Hopefully, we will stop lighting new fires. That is the hope.
“I think it is indeed a much, much better vaccine than monovalent OPV2,” says WHO’s Ondrej Mach, GPEI’s team lead for R&D. “But we simply have to be 100% sure.” There is a theoretical possibility that the changes aimed at preventing recombination might not work—“a very low probability, high-consequence event” that could undermine faith in the eradication effort, he says. That’s why the rollout will be done with “an abundance of caution,” Zipursky says, “so if anything unexpected happens, we will be able to identify it and respond to it quickly.”
Because the new vaccine will be approved for emergency use only, countries must have an ongoing outbreak. But to meet WHO’s27 strict criteria for the 3-month “initial-use” period, they cannot have used mOPV2 in the same area for the past 12 weeks, because that would make it harder to assess how the vaccine is doing. The problem is that countries don’t have the luxury of waiting until the new vaccine is ready; when a new outbreak occurs, they must act immediately with mOPV2. This has resulted in a changing cast of candidate countries as GPEI has waited for WHO’s emergency use approval, originally expected this summer.
Countries must also approve emergency use of the vaccine and be able to monitor safety and efficacy, and they have to be able to transport any type 2 isolate to a reference lab for sequencing—fast—to determine whether it arose from the novel vaccine or past use of the monovalent vaccine. Liberia, the Republic of Congo, Sudan, and Egypt are now on the list, says Michel Zaffran, who is stepping down as head of GPEI at the end of the year.
If safety continues to look good and nOPV2 seems to be more stable, “those would be positive signals to roll it out in a bigger way,” says John Vertefeuille, who leads polio efforts at CDC. GPEI expects to ramp up production to 600 million doses a year.
As high as hopes are for the new vaccine, the eradication program still faces perilous times. Cases of both wild and vaccine-derived virus were already shooting up in 2019, and the COVID-19 pandemic has only made things worse, as GPEI paused campaigns from March to July. Some countries have been slow to resume, giving the virus free rein to circulate and spark new outbreaks.

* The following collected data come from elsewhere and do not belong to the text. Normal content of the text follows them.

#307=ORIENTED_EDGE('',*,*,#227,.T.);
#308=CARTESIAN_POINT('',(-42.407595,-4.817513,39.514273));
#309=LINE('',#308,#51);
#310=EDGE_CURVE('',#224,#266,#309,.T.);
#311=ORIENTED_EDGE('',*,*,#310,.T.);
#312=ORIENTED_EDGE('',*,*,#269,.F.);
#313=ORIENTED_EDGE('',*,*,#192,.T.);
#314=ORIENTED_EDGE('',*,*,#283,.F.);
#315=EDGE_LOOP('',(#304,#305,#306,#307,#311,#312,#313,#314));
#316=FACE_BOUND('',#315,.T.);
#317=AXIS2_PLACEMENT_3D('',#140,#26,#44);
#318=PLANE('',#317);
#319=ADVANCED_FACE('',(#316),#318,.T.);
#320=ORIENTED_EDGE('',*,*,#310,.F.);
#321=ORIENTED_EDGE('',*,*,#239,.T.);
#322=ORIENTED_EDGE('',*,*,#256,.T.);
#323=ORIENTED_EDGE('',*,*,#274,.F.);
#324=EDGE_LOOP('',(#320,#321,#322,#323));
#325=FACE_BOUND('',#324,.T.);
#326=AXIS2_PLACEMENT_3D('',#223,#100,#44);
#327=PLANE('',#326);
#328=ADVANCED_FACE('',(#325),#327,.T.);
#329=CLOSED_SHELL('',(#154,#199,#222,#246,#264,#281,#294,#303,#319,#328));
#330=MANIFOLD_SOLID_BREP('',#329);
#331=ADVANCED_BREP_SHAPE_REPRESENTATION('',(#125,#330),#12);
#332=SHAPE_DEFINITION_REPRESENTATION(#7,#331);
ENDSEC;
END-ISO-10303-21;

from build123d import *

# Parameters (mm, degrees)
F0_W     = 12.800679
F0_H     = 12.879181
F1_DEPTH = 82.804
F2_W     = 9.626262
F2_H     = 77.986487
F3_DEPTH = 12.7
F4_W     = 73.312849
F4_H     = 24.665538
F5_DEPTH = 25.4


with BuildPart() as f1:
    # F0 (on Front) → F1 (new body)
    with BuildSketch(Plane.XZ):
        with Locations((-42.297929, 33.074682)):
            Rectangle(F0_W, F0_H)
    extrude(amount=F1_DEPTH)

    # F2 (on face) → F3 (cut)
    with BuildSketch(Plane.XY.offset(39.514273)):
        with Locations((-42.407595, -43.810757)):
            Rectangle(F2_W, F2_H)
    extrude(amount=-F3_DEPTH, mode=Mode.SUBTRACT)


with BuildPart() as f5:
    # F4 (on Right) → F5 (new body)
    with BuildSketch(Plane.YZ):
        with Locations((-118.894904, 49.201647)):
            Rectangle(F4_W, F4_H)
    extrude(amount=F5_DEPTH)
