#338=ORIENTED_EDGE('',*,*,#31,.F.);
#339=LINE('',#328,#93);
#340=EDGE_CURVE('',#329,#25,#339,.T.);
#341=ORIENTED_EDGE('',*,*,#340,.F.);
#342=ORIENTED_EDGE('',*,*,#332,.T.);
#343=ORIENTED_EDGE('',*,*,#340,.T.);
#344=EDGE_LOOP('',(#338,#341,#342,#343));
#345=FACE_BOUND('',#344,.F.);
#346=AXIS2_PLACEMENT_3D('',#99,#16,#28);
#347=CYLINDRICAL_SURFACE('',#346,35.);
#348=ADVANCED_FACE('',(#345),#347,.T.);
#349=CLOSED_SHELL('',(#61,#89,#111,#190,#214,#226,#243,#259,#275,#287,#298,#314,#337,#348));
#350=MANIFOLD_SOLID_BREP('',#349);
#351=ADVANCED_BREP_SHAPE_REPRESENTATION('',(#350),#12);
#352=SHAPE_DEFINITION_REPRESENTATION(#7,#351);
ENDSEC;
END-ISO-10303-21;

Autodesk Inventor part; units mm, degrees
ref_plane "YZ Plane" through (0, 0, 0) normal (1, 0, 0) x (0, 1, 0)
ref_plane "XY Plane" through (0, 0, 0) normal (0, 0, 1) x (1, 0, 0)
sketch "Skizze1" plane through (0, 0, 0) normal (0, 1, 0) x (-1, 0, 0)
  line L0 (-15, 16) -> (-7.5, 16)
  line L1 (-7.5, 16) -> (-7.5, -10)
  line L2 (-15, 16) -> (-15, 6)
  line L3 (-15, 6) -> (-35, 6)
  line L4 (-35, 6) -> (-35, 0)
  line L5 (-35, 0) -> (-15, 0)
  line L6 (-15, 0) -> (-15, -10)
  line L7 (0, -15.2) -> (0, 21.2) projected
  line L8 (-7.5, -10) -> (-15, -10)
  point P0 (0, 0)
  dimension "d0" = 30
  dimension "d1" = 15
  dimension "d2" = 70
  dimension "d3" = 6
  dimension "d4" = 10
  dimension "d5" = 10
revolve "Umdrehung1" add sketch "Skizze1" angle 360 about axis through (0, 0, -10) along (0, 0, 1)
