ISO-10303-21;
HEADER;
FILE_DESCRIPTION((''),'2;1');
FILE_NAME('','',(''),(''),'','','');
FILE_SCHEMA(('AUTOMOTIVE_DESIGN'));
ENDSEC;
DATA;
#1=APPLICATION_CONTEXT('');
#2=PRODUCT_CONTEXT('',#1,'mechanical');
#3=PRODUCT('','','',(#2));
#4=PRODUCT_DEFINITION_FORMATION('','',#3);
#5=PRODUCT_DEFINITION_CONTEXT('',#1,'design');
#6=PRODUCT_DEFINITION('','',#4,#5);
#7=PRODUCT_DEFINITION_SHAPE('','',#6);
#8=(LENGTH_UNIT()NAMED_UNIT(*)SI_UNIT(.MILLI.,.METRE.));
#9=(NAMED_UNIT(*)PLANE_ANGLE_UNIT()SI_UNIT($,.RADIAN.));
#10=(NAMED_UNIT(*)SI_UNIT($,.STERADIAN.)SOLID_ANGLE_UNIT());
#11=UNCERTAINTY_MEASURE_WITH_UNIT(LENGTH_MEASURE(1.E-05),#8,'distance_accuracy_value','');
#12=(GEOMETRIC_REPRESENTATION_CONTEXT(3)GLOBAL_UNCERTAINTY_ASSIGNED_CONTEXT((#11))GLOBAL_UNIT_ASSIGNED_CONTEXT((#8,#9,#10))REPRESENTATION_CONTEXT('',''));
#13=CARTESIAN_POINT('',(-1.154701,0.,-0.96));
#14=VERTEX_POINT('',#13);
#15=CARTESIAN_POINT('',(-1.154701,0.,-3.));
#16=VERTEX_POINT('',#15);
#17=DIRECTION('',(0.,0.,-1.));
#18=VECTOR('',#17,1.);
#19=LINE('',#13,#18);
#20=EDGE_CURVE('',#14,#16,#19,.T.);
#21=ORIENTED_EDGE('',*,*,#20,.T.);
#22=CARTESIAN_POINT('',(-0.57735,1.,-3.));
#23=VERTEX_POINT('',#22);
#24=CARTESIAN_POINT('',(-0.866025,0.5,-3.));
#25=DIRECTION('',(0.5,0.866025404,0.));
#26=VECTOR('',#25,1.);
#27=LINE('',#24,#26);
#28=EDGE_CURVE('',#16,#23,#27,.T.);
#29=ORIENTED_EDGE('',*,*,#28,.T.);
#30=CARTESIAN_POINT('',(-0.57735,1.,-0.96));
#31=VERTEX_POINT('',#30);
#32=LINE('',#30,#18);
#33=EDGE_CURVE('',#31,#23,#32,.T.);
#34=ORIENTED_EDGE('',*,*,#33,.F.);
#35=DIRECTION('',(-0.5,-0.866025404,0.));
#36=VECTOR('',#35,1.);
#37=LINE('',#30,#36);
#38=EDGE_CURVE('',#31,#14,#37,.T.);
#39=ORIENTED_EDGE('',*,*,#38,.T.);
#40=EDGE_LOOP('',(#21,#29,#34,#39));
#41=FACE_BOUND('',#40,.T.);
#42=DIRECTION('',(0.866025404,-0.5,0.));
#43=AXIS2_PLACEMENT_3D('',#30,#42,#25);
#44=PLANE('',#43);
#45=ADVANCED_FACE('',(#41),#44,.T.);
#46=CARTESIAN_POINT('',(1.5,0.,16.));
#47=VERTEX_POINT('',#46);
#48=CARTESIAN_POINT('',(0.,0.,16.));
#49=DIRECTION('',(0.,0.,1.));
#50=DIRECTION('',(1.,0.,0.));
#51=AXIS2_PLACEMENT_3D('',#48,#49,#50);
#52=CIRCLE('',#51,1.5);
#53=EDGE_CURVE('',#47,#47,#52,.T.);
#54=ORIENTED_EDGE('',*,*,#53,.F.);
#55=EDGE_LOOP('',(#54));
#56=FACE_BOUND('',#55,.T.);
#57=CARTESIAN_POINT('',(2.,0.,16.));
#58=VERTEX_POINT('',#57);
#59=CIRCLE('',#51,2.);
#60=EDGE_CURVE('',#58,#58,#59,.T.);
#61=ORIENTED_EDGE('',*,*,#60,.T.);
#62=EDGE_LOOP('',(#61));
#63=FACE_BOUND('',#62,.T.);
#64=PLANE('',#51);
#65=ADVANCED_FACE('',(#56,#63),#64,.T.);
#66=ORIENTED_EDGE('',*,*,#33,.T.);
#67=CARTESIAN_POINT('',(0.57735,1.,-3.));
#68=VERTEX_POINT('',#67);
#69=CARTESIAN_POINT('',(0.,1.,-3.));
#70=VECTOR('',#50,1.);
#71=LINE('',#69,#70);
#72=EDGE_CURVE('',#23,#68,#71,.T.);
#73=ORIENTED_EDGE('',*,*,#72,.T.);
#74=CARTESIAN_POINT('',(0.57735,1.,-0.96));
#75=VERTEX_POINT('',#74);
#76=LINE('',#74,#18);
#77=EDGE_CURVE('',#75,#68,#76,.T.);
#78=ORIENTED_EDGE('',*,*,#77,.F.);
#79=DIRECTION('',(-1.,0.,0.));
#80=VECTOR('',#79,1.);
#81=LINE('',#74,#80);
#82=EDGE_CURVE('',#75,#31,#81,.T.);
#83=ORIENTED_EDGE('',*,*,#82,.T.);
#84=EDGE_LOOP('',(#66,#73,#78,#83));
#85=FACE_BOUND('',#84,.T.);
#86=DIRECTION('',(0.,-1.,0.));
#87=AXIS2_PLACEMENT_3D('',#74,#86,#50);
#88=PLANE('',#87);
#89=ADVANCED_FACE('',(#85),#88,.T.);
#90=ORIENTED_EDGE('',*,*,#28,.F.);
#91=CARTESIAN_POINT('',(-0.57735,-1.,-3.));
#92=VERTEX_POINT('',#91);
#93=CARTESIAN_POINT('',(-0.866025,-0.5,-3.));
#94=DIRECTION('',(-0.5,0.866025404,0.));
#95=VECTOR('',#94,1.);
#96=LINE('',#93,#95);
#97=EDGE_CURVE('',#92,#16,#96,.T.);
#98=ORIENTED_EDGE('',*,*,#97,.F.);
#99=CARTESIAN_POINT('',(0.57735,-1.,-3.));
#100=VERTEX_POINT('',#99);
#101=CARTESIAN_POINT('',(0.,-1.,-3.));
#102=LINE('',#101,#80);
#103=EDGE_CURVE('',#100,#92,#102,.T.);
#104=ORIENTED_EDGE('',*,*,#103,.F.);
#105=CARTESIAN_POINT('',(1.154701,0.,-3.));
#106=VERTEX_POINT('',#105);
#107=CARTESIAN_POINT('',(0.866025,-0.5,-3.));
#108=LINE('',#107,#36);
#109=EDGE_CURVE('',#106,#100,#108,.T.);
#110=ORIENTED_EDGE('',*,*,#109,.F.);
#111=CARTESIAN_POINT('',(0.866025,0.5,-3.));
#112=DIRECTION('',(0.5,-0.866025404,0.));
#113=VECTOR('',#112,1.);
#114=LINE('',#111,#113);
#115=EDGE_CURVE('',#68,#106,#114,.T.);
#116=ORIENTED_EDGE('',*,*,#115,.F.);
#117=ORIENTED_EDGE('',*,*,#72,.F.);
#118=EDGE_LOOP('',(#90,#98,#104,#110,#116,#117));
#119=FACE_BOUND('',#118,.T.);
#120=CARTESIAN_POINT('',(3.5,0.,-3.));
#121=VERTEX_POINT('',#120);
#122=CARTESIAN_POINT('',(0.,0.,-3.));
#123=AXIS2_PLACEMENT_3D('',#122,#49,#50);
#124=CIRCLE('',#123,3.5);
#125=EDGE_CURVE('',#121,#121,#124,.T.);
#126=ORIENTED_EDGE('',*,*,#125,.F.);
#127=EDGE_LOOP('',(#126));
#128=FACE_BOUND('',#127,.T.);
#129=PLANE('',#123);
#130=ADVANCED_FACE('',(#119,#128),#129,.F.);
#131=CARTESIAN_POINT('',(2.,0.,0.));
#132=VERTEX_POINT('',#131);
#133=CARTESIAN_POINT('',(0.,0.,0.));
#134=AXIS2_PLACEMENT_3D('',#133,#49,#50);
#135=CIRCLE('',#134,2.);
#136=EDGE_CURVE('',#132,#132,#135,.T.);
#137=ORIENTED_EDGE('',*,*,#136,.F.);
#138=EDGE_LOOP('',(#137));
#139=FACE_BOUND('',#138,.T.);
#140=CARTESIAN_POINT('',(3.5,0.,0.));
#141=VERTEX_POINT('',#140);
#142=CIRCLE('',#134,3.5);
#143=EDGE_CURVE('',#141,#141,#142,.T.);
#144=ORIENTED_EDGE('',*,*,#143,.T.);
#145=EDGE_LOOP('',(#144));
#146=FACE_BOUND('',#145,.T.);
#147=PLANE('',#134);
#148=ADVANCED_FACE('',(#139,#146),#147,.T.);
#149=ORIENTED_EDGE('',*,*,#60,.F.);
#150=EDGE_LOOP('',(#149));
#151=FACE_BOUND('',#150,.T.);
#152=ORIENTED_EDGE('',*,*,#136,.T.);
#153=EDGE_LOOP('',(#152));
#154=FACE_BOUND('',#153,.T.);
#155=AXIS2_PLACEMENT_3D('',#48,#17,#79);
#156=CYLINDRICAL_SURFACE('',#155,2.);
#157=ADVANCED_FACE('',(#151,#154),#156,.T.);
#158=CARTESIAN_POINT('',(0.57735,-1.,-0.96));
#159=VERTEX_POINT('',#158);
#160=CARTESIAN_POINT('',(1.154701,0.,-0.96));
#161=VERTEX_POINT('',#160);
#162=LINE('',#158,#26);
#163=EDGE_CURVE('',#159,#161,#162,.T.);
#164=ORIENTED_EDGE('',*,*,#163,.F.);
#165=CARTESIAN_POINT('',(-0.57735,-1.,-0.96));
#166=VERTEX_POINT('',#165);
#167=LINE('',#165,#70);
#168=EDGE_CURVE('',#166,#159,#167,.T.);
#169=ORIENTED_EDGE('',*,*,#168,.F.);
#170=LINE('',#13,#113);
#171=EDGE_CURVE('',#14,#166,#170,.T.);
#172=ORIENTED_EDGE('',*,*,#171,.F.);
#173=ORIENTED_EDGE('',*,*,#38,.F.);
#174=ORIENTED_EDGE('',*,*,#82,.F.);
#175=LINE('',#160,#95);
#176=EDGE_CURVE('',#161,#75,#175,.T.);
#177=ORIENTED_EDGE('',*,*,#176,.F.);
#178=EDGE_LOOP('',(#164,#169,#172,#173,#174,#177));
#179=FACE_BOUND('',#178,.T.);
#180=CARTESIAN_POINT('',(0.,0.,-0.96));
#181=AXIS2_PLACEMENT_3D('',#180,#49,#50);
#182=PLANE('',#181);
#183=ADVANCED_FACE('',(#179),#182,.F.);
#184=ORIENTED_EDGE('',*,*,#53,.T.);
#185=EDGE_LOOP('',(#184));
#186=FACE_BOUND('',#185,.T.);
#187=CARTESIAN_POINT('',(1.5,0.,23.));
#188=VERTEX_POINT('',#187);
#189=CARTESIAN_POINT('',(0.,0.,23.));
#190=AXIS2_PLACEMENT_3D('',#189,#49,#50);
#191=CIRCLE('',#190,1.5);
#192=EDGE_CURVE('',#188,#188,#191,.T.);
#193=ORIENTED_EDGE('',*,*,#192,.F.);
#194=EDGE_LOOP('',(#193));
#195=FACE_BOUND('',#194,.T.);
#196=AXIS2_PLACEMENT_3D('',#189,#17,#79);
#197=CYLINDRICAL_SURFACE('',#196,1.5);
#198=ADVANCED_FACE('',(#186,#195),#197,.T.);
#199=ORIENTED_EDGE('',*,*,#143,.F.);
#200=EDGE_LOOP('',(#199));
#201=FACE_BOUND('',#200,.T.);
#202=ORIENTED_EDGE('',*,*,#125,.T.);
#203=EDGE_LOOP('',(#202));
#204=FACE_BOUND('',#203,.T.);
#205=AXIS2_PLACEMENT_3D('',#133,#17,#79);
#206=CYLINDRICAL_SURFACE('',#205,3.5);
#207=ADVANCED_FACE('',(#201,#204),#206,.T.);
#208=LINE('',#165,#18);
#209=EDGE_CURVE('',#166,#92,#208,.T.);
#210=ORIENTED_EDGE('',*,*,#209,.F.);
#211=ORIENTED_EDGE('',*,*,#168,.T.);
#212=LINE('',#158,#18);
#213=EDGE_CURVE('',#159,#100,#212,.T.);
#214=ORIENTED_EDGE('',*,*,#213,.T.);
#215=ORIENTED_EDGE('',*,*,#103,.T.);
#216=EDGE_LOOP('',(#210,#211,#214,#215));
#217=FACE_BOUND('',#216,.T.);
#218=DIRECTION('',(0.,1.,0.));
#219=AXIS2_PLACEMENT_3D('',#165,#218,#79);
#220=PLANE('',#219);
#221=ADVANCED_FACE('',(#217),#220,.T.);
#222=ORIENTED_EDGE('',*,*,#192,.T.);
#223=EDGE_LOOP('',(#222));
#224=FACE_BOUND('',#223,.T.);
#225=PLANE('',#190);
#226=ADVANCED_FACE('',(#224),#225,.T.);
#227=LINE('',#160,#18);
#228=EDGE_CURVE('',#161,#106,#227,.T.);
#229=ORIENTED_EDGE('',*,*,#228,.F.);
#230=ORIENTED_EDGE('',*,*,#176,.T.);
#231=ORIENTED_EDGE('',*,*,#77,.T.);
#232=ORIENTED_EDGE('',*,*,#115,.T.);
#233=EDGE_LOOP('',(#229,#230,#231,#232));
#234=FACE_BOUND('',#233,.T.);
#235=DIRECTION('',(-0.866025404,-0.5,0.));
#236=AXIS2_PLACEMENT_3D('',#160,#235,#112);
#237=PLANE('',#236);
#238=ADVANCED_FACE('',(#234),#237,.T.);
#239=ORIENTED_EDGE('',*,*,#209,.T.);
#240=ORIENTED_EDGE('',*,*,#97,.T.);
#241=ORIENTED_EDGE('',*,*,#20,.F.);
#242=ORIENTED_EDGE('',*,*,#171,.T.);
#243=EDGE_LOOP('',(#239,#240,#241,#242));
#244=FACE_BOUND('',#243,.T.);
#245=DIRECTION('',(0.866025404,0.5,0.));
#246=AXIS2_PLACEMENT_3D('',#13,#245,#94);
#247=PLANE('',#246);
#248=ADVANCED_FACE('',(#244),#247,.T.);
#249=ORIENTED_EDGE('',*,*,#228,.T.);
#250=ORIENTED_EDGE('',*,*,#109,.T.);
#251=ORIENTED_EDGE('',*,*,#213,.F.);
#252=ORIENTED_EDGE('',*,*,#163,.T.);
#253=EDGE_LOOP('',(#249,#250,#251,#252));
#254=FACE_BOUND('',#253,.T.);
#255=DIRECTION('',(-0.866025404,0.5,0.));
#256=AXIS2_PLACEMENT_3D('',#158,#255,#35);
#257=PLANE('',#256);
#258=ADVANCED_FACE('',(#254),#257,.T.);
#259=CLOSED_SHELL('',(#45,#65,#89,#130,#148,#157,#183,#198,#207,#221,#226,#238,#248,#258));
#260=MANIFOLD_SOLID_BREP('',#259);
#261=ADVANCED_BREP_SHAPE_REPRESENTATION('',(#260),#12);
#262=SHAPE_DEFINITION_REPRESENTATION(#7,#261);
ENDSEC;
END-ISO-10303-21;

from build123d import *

# Parameters (mm, degrees)
F_01_START                             = -3
S01_SOCKET_HEAD_R                      = 3.5
F_01_SOCKET_HEAD_DEPTH                 = 3
S02_GROUND_SHOULDER_R                  = 2
F_02_GROUND_SHOULDER_DEPTH             = 16
F_03_START                             = 16
S03_THREADED_TIP_MAJOR_DIAMETER_R      = 1.5
F_03_THREADED_TIP_MAJOR_DIAMETER_DEPTH = 7
F_04_START                             = -3.1
F_04_HEXAGONAL_DRIVE_DEPTH             = 2.14


with BuildPart() as part:
    # S01 - Socket head → 01 - Socket head (new body)
    with BuildSketch(Plane.XY.offset(F_01_START)):
        Circle(S01_SOCKET_HEAD_R)
    extrude(amount=F_01_SOCKET_HEAD_DEPTH)

    # S02 - Ground shoulder → 02 - Ground shoulder (add)
    with BuildSketch(Plane.XY):
        Circle(S02_GROUND_SHOULDER_R)
    extrude(amount=F_02_GROUND_SHOULDER_DEPTH)

    # S03 - Threaded tip major diameter → 03 - Threaded tip major diameter (add)
    with BuildSketch(Plane.XY.offset(F_03_START)):
        Circle(S03_THREADED_TIP_MAJOR_DIAMETER_R)
    extrude(amount=F_03_THREADED_TIP_MAJOR_DIAMETER_DEPTH)

    # S04 - Hexagonal drive → 04 - Hexagonal drive (cut)
    with BuildSketch(Plane.XY.offset(F_04_START)):
        Polygon((1.154700538, 0), (0.577350269, 1), (-0.577350269, 1), (-1.154700538, 0), (-0.577350269, -1), (0.577350269, -1), align=None)
    extrude(amount=F_04_HEXAGONAL_DRIVE_DEPTH, mode=Mode.SUBTRACT)


solid = part.part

And even if nOPV2 works as planned, stopping outbreaks will be just as hard as it is with mOPV2, says Mark Pallansch, a polio expert at CDC. It depends on reaching enough children to boost population immunity high enough so the virus can no longer circulate—and countries with ongoing outbreaks have, by definition, been falling short. But even if the new vaccine doesn’t quash all vaccine-derived outbreaks, Pallansch says, “Hopefully, we will stop lighting new fires. That is the hope.”